A Proud History In Presidential Campaigns
October 30, 2020
We’ve been foot soldiers for progress.
From its founding, 1199’s commitment to social and economic justice led it to the political arena.
Founded in 1932 as a drug workers’ union during the nation’s Great Depression, 1199 was a staunch supporter of President Franklin Delano Roosevelt’s New Deal.
Because they were barred from many medical schools, Jews who sought work in the healthcare industry often chose the pharmacy trade. Although the pharmacists were predominantly Jewish, about 20 percent were Irish or Italian. Drugstore porters and stockmen were predominantly Black. Constantly pushing for societal anti-discrimination laws and regulations, the Union launched a successful campaigns in the 1930s to secure jobs for Black pharmacists and promote porters to higher paying jobs such as sodamen.
And while many unions turned their backs on civil rights, particularly after the purge of socialists and communists at the onset of the Cold War, 1199 never wavered. It was one of the few unions to support the Montgomery bus boycott in 1956, at which its relationship with the Rev. Dr. Martin Luther King, Jr. began. In 1964, members worked to elect President Lyndon Johnson and strongly supported his Great Society program, which included landmark legislation such as the Voting and Civil Rights Acts, Medicare and Medicaid. The Union later opposed President Johnson’s execution of the war in Vietnam and Southeast Asia.

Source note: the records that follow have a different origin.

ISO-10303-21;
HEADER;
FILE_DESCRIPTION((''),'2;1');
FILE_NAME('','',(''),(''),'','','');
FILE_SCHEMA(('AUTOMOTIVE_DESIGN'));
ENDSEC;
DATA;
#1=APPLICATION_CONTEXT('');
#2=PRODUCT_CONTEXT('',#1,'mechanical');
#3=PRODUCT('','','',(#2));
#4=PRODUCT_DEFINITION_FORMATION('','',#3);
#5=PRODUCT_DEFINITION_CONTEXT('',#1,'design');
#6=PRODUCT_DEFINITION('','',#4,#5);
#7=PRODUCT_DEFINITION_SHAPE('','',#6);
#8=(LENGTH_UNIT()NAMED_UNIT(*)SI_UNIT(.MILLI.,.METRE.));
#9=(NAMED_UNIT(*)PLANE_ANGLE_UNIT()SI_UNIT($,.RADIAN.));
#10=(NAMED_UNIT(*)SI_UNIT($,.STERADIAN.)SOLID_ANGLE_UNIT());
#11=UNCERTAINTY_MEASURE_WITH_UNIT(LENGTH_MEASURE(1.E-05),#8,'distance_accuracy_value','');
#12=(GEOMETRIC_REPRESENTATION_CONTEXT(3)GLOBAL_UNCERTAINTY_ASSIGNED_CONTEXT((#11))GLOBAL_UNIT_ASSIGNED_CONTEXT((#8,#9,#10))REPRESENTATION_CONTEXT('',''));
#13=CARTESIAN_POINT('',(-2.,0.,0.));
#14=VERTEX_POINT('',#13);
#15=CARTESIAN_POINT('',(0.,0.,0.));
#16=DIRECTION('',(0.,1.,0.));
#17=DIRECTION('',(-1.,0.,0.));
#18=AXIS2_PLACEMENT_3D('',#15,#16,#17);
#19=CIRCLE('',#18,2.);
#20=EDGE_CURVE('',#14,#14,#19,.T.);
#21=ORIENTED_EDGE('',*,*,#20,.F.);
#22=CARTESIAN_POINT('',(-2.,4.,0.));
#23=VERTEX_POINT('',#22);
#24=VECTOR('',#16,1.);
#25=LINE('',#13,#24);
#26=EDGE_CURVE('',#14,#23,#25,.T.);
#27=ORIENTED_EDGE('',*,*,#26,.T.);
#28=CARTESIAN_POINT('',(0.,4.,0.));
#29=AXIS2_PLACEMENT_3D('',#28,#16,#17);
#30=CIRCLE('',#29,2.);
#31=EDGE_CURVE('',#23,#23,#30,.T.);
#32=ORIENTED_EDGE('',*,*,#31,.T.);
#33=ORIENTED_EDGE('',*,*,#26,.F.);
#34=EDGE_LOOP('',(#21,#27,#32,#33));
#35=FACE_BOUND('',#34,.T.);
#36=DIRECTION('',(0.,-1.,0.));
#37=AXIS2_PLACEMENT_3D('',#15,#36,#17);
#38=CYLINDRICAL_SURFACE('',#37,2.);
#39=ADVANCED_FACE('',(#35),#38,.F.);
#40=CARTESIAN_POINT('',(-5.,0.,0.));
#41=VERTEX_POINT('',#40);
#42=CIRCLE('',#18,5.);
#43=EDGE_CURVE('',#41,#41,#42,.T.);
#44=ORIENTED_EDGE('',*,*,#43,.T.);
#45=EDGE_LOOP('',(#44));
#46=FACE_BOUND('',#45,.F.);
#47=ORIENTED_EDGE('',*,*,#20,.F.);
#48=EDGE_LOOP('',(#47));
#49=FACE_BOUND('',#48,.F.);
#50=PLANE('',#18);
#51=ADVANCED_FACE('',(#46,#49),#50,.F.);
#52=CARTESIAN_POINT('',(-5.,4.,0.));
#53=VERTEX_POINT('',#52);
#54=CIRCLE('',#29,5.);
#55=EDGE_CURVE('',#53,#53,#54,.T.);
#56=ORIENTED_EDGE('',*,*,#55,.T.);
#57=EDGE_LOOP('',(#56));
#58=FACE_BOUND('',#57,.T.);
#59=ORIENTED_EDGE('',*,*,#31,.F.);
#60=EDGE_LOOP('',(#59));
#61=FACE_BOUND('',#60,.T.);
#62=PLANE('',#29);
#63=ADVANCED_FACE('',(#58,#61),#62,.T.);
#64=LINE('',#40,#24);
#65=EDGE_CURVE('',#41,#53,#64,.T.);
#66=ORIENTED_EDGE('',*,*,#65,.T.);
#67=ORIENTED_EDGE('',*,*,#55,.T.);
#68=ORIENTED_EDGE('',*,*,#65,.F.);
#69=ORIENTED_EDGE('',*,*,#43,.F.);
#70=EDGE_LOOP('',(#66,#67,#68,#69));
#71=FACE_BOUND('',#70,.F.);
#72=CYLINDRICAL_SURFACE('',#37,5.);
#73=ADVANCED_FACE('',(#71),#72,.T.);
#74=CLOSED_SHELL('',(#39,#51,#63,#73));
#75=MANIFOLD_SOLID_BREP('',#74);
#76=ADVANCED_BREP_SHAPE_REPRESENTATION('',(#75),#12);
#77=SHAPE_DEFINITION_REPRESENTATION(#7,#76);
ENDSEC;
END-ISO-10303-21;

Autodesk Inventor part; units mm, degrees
ref_plane "YZ Plane" through (0, 0, 0) normal (1, 0, 0) x (0, 1, 0)
ref_plane "XZ Plane" through (0, 0, 0) normal (0, 1, 0) x (-1, 0, 0)
ref_plane "XY Plane" through (0, 0, 0) normal (0, 0, 1) x (1, 0, 0)
sketch "Sketch1" plane through (0, 0, 0) normal (0, 1, 0) x (-1, 0, 0)
  circle A0 centre (0, 0) radius 2
  circle A1 centre (0, 0) radius 5
  dimension "d0" = 4
  dimension "d1" = 10
extrude "Extrusion1" add sketch "Sketch1" along normal blind 4
properties part number "rodamiento" material "Stainless Steel"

Members took part in protest demonstrations and worked in campaigns against anti-labor presidents Richard Nixon in the early 1970s and Ronald Reagan in the 1980s.
During the Rev. Jesse Jackson’s campaign for the Democratic Party presidential nomination in 1988, 1199’s headquarters served as Rev. Jackson’s New York State headquarters. The Union’s work helped Rev. Jackson carry New York City and laid the groundwork for David Dinkins’s election the next year as the city’s first African American mayor.
After the 2000 presidential elections, thousands of 1199ers hit the streets to protest the state of Florida’s refusal to recount the state’s votes in the contested outcome. At the time, Democrat Al Gore had won the popular vote, but Republican George W. Bush had won the plurality of electoral college votes based on his narrow victory in Florida. Bush’s Florida win by just 537 votes was called into question because some 56,000 Florida votes in Democratic-leaning districts had been discounted.
“If votes don’t count, then democracy is in danger,” said Maria Velasquez, a home attendant at Washington Heights Home Care Program during a Dec. 7 protest in Manhattan’s Times Square. Other members carried placards at the demonstration that read, “Democracy Ambushed in Florida,” and “This is America. Count Every Vote.”